The group of multiplications is clearly generated by the operations x′ = px, where for p negative unity and each prime is taken in turn. Every addition is obtained on transforming x′ = x + 1 by the different operations of the group of multiplications. Hence x′ = x + 1, and x′ = px, (p = −1, 3, 5, 7, . . .), form a set of independent generating operations of the group. It is a discontinuous group.
As a second example the group of motions in three-dimensional space will be considered. The totality of motions, i.e. of space displacements which leave the distance of every pair of points unaltered, obviously constitutes a set of operations which satisfies the group definition. From the elements of kinematics it is known that every motion is either (i.) a translation which leaves no point unaltered, but changes each of a set of parallel lines into itself; or (ii.) a rotation which leaves every point of one line unaltered and changes every other point and line; or (iii.) a twist which leaves no point and only one line (its axis) unaltered, and may be regarded as a translation along, combined with a rotation round, the axis. Let S be any motion consisting of a translation l along and a rotation a round a line AB, and let T be any other motion. There is some line CD into which T changes AB; and therefore T−1ST leaves CD unchanged. Moreover, T−1ST clearly effects the same translation along and rotation round CD that S effects for AB. Two motions, therefore, are conjugate if and only if the amplitudes of their translation and rotation components are respectively equal. In particular, all translations of equal amplitude are conjugate, as also are all rotations of equal amplitude. Any two translations are permutable with each other, and give when combined another translation. The totality of translations constitutes, therefore, a subgroup of the general group of motions; and this subgroup is a self-conjugate subgroup, since a translation is always conjugate to a translation.
All the points of space constitute a set of objects which are interchanged among themselves by all operations of the group of motions. So also do all the lines of space and all the planes. In respect of each of these sets the group is simply transitive. In fact, there is an infinite number of motions which change a point A to A′, but no motion can change A and B to A′ and B′ respectively unless the distance AB is equal to the distance A′B′.
The totality of motions which leave a point A unchanged forms a subgroup. It is clearly constituted of all possible rotations about all possible axes through A, and is known as the group of rotations about a point. Every motion can be represented as a rotation about some axis through A followed by a translation. Hence if G is the group of motions and H the group of translations, G/H is simply isomorphic with the group of rotations about a point.
The totality of the motions which bring a given solid to congruence with itself again constitutes a subgroup of the group of motions. This will in general be the trivial subgroup formed of the identical operation above, but may in the case of a symmetrical body be more extensive.
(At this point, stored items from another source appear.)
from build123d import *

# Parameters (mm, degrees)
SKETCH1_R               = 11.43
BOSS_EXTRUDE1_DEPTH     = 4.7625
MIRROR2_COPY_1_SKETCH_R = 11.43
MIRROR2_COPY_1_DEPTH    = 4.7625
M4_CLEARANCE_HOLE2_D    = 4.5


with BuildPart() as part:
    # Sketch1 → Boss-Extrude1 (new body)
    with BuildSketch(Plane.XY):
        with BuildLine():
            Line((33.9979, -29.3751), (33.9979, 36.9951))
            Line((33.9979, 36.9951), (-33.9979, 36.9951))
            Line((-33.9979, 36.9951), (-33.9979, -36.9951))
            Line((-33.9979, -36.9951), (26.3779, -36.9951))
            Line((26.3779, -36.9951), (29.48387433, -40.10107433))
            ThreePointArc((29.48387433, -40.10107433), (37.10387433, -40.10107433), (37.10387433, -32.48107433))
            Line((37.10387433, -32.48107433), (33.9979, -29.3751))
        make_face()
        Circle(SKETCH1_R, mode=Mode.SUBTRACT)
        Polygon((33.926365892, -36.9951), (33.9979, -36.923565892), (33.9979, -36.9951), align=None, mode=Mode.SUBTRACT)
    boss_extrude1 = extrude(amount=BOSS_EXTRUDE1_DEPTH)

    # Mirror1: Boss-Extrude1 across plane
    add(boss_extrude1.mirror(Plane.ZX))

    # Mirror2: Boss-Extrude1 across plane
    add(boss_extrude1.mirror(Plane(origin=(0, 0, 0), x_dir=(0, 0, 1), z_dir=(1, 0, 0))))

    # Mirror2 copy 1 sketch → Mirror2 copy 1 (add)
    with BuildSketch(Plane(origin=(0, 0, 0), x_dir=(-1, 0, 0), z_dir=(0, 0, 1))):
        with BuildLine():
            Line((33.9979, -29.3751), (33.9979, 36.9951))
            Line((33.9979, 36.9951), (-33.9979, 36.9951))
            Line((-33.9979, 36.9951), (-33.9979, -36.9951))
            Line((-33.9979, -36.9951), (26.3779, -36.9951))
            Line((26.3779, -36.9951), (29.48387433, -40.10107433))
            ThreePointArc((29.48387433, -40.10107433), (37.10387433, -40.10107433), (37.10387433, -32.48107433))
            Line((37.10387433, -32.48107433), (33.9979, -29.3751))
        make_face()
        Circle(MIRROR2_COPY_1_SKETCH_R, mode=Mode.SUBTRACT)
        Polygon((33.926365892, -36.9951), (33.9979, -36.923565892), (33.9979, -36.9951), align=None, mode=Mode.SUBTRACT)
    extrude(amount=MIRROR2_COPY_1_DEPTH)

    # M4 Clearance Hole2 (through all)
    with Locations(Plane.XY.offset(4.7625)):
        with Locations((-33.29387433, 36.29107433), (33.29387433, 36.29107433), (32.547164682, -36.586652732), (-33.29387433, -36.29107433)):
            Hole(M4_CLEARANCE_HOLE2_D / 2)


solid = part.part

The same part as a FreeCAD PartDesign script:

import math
import FreeCAD as App
import Part
import Sketcher

V = App.Vector
Q = App.Units.Quantity

doc = App.newDocument("Part")
body = doc.addObject("PartDesign::Body", "Body")

# Sketch on XY plane
sketch1 = doc.addObject("Sketcher::SketchObject", "Sketch")
body.addObject(sketch1)
sketch1.AttachmentSupport = (doc.XY_Plane, [""])
sketch1.MapMode = "FlatFace"
sketch1.addGeometry(Part.LineSegment(V(34, -29.38, 0), V(34, 37, 0)), False)
sketch1.addGeometry(Part.LineSegment(V(34, 37, 0), V(-34, 37, 0)), False)
sketch1.addGeometry(Part.LineSegment(V(-34, 37, 0), V(-34, -37, 0)), False)
sketch1.addGeometry(Part.LineSegment(V(-34, -37, 0), V(26.38, -37, 0)), False)
sketch1.addGeometry(Part.LineSegment(V(26.38, -37, 0), V(29.48, -40.1, 0)), False)
sketch1.addGeometry(Part.ArcOfCircle(Part.Circle(V(33.29, -36.29, 0), V(0, 0, 1), 5.39), math.radians(-135), math.radians(45)), False)
sketch1.addGeometry(Part.LineSegment(V(37.1, -32.48, 0), V(34, -29.38, 0)), False)
sketch1.addGeometry(Part.LineSegment(V(34, -37, 0), V(33.93, -37, 0)), False)
sketch1.addGeometry(Part.LineSegment(V(33.93, -37, 0), V(34, -36.92, 0)), False)
sketch1.addGeometry(Part.LineSegment(V(34, -36.92, 0), V(34, -37, 0)), False)
sketch1.addGeometry(Part.Circle(V(0, 0, 0), V(0, 0, 1), 11.43), False)
sketch1.addConstraint(Sketcher.Constraint("Coincident", 0, 2, 1, 1))
sketch1.addConstraint(Sketcher.Constraint("Coincident", 1, 2, 2, 1))
sketch1.addConstraint(Sketcher.Constraint("Coincident", 2, 2, 3, 1))
sketch1.addConstraint(Sketcher.Constraint("Coincident", 3, 2, 4, 1))
sketch1.addConstraint(Sketcher.Constraint("Tangent", 4, 2, 5, 1))
sketch1.addConstraint(Sketcher.Constraint("Tangent", 5, 2, 6, 1))
sketch1.addConstraint(Sketcher.Constraint("Coincident", 6, 2, 0, 1))
sketch1.addConstraint(Sketcher.Constraint("Coincident", 7, 2, 8, 1))
sketch1.addConstraint(Sketcher.Constraint("Coincident", 8, 2, 9, 1))
sketch1.addConstraint(Sketcher.Constraint("Coincident", 9, 2, 7, 1))
sketch1.addConstraint(Sketcher.Constraint("Vertical", 0))
sketch1.addConstraint(Sketcher.Constraint("Horizontal", 1))
sketch1.addConstraint(Sketcher.Constraint("Vertical", 2))
sketch1.addConstraint(Sketcher.Constraint("Horizontal", 3))
sketch1.addConstraint(Sketcher.Constraint("Horizontal", 7))
sketch1.addConstraint(Sketcher.Constraint("Vertical", 9))
sketch1.addConstraint(Sketcher.Constraint("Coincident", 10, 3, -1, 1))
sketch1.addConstraint(Sketcher.Constraint("Symmetric", 0, 2, 2, 2, -1, 1))
sketch1.addConstraint(Sketcher.Constraint("Symmetric", 1, 2, 9, 2, -1, 1))
sketch1.addConstraint(Sketcher.Constraint("Parallel", 4, 6))
sketch1.addConstraint(Sketcher.Constraint("Perpendicular", 6, 8))
sketch1.addConstraint(Sketcher.Constraint("Equal", 7, 9))
sketch1.addConstraint(Sketcher.Constraint("Equal", 4, 6))
sketch1.addConstraint(Sketcher.Constraint("Diameter", 10, Q("0.9 in")))
sketch1.addConstraint(Sketcher.Constraint("DistanceX", 3, 2, 0, 2, Q("0.3 in")))
sketch1.addConstraint(Sketcher.Constraint("DistanceX", 1, 2, 1, 1, Q("2.677 in")))
sketch1.addConstraint(Sketcher.Constraint("DistanceY", 0, 1, 0, 2, Q("2.613 in")))
sketch1.addConstraint(Sketcher.Constraint("Distance", 4, 4.392511))
sketch1.addConstraint(Sketcher.Constraint("DistanceX", 7, 2, 7, 1, 0.071534))
pad1 = doc.addObject("PartDesign::Pad", "Pad")
body.addObject(pad1)
pad1.Profile = sketch1
pad1.Length = Q("0.1875 in")
doc.recompute()

mirrored = doc.addObject("PartDesign::Mirrored", "Mirrored")
body.addObject(mirrored)
mirrored.Originals = [pad1]
mirrored.MirrorPlane = (doc.XZ_Plane, [""])
body.Tip = mirrored
doc.recompute()

mirrored2 = doc.addObject("PartDesign::Mirrored", "Mirrored001")
body.addObject(mirrored2)
mirrored2.Originals = [pad1]
mirrored2.MirrorPlane = (doc.YZ_Plane, [""])
body.Tip = mirrored2

# Sketch on XY plane
sketch2 = doc.addObject("Sketcher::SketchObject", "Sketch001")
body.addObject(sketch2)
sketch2.AttachmentSupport = (doc.XY_Plane, [""])
sketch2.MapMode = "FlatFace"
sketch2.addGeometry(Part.LineSegment(V(-34, 29.38, 0), V(-34, -37, 0)), False)
sketch2.addGeometry(Part.LineSegment(V(-34, -37, 0), V(34, -37, 0)), False)
sketch2.addGeometry(Part.LineSegment(V(34, -37, 0), V(34, 37, 0)), False)
sketch2.addGeometry(Part.LineSegment(V(34, 37, 0), V(-26.38, 37, 0)), False)
sketch2.addGeometry(Part.LineSegment(V(-26.38, 37, 0), V(-29.48, 40.1, 0)), False)
sketch2.addGeometry(Part.ArcOfCircle(Part.Circle(V(-33.29, 36.29, 0), V(0, 0, 1), 5.39), math.radians(45), math.radians(225)), False)
sketch2.addGeometry(Part.LineSegment(V(-37.1, 32.48, 0), V(-34, 29.38, 0)), False)
sketch2.addGeometry(Part.LineSegment(V(-34, 37, 0), V(-33.93, 37, 0)), False)
sketch2.addGeometry(Part.LineSegment(V(-33.93, 37, 0), V(-34, 36.92, 0)), False)
sketch2.addGeometry(Part.LineSegment(V(-34, 36.92, 0), V(-34, 37, 0)), False)
sketch2.addGeometry(Part.Circle(V(0, 0, 0), V(0, 0, 1), 11.43), False)
sketch2.addConstraint(Sketcher.Constraint("Coincident", 0, 2, 1, 1))
sketch2.addConstraint(Sketcher.Constraint("Coincident", 1, 2, 2, 1))
sketch2.addConstraint(Sketcher.Constraint("Coincident", 2, 2, 3, 1))
sketch2.addConstraint(Sketcher.Constraint("Coincident", 3, 2, 4, 1))
sketch2.addConstraint(Sketcher.Constraint("Tangent", 4, 2, 5, 1))
sketch2.addConstraint(Sketcher.Constraint("Tangent", 5, 2, 6, 1))
sketch2.addConstraint(Sketcher.Constraint("Coincident", 6, 2, 0, 1))
sketch2.addConstraint(Sketcher.Constraint("Coincident", 7, 2, 8, 1))
sketch2.addConstraint(Sketcher.Constraint("Coincident", 8, 2, 9, 1))
sketch2.addConstraint(Sketcher.Constraint("Coincident", 9, 2, 7, 1))
sketch2.addConstraint(Sketcher.Constraint("Vertical", 0))
sketch2.addConstraint(Sketcher.Constraint("Horizontal", 1))
sketch2.addConstraint(Sketcher.Constraint("Vertical", 2))
sketch2.addConstraint(Sketcher.Constraint("Horizontal", 3))
sketch2.addConstraint(Sketcher.Constraint("Horizontal", 7))
sketch2.addConstraint(Sketcher.Constraint("Vertical", 9))
sketch2.addConstraint(Sketcher.Constraint("Coincident", 10, 3, -1, 1))
sketch2.addConstraint(Sketcher.Constraint("Symmetric", 0, 2, 2, 2, -1, 1))
sketch2.addConstraint(Sketcher.Constraint("Symmetric", 1, 2, 9, 2, -1, 1))
sketch2.addConstraint(Sketcher.Constraint("Parallel", 4, 6))
sketch2.addConstraint(Sketcher.Constraint("Perpendicular", 6, 8))
sketch2.addConstraint(Sketcher.Constraint("Equal", 7, 9))
sketch2.addConstraint(Sketcher.Constraint("Equal", 4, 6))
sketch2.addConstraint(Sketcher.Constraint("Diameter", 10, Q("0.9 in")))
sketch2.addConstraint(Sketcher.Constraint("DistanceX", 0, 2, 3, 2, Q("0.3 in")))
sketch2.addConstraint(Sketcher.Constraint("DistanceX", 1, 1, 1, 2, Q("2.677 in")))
sketch2.addConstraint(Sketcher.Constraint("DistanceY", 0, 2, 0, 1, Q("2.613 in")))
sketch2.addConstraint(Sketcher.Constraint("Distance", 4, 4.392511))
sketch2.addConstraint(Sketcher.Constraint("DistanceX", 7, 1, 7, 2, 0.071534))
pad2 = doc.addObject("PartDesign::Pad", "Pad001")
body.addObject(pad2)
pad2.Profile = sketch2
pad2.Length = Q("0.1875 in")

# Sketch on XY plane
sketch3 = doc.addObject("Sketcher::SketchObject", "Sketch002")
body.addObject(sketch3)
sketch3.AttachmentSupport = (doc.XY_Plane, [""])
sketch3.MapMode = "FlatFace"
sketch3.AttachmentOffset = App.Placement(V(0, 0, 0.1875 * 25.4), App.Rotation())
sketch3.addGeometry(Part.Circle(V(-33.3, 36.3, 0), V(0, 0, 1), 2.2), False)
sketch3.addGeometry(Part.Circle(V(33.3, 36.3, 0), V(0, 0, 1), 2.2), False)
sketch3.addGeometry(Part.Circle(V(32.5, -36.6, 0), V(0, 0, 1), 2.2), False)
sketch3.addGeometry(Part.Circle(V(-33.3, -36.3, 0), V(0, 0, 1), 2.2), False)
sketch3.addConstraint(Sketcher.Constraint("Equal", 0, 1))
sketch3.addConstraint(Sketcher.Constraint("Equal", 1, 2))
sketch3.addConstraint(Sketcher.Constraint("Equal", 2, 3))
sketch3.addConstraint(Sketcher.Constraint("Symmetric", 1, 3, 3, 3, -1, 1))
sketch3.addConstraint(Sketcher.Constraint("Symmetric", 0, 3, 1, 3, -2))
sketch3.addConstraint(Sketcher.Constraint("Diameter", 0, 4.5))
sketch3.addConstraint(Sketcher.Constraint("DistanceX", 0, 3, 1, 3, 66.587749))
sketch3.addConstraint(Sketcher.Constraint("DistanceX", 2, 3, 1, 3, 0.74671))
sketch3.addConstraint(Sketcher.Constraint("DistanceY", 2, 3, 3, 3, 0.295578))
sketch3.addConstraint(Sketcher.Constraint("DistanceY", 3, 3, 0, 3, 72.582149))
doc.recompute()
hole = doc.addObject("PartDesign::Hole", "Hole")
body.addObject(hole)
hole.Profile = sketch3
hole.ThreadType = "None"
hole.Diameter = 4.5
hole.DepthType = "ThroughAll"

doc.recompute()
For a sphere or a right circular cylinder the subgroups are those that leave the centre and the axis respectively unaltered. For a solid bounded by plane faces the subgroup is clearly one of finite order. In particular, to each of the regular solids there corresponds such a group. That for the tetrahedron has 12 for its order, for the cube (or octahedron) 24, and for the icosahedron (or dodecahedron) 60.
The determination of a particular operation of the group of motions involves six distinct measurements; namely, four to give the axis of the twist, one for the magnitude of the translation along the axis, and one for the magnitude of the rotation about it. Each of the six quantities involved may have any value whatever, and the group of motions is therefore a continuous group. On the other hand, a subgroup of the group of motions which leaves a line or a plane unaltered is a mixed group.
We shall now discuss (i.) continuous groups, (ii.) discontinuous groups whose order is not finite, and (iii.) groups of finite order. For proofs of the statements, and the general theorems, the reader is referred to the bibliography.
Continuous Groups.
The determination of a particular operation of a given continuous group depends on assigning special values to each one of a set of parameters which are capable of continuous variation. The first distinction regards the number of these parameters. If this number is finite, the group is called a finite continuous group; if infinite, it is called an infinite continuous group. In the latter case arbitrary functions must appear in the equations defining the operations of the group when these are reduced to an analytical form. The theory of infinite continuous groups is not yet so completely developed as that of finite continuous groups. The latter theory will mainly occupy us here.
Sophus Lie, to whom the foundation and a great part of the development of the theory of continuous groups are due, undoubtedly approached the subject from a geometrical standpoint. His conception of an operation is to regard it as a geometrical transformation, by means of which each point of (n-dimensional) space is changed into some other definite point.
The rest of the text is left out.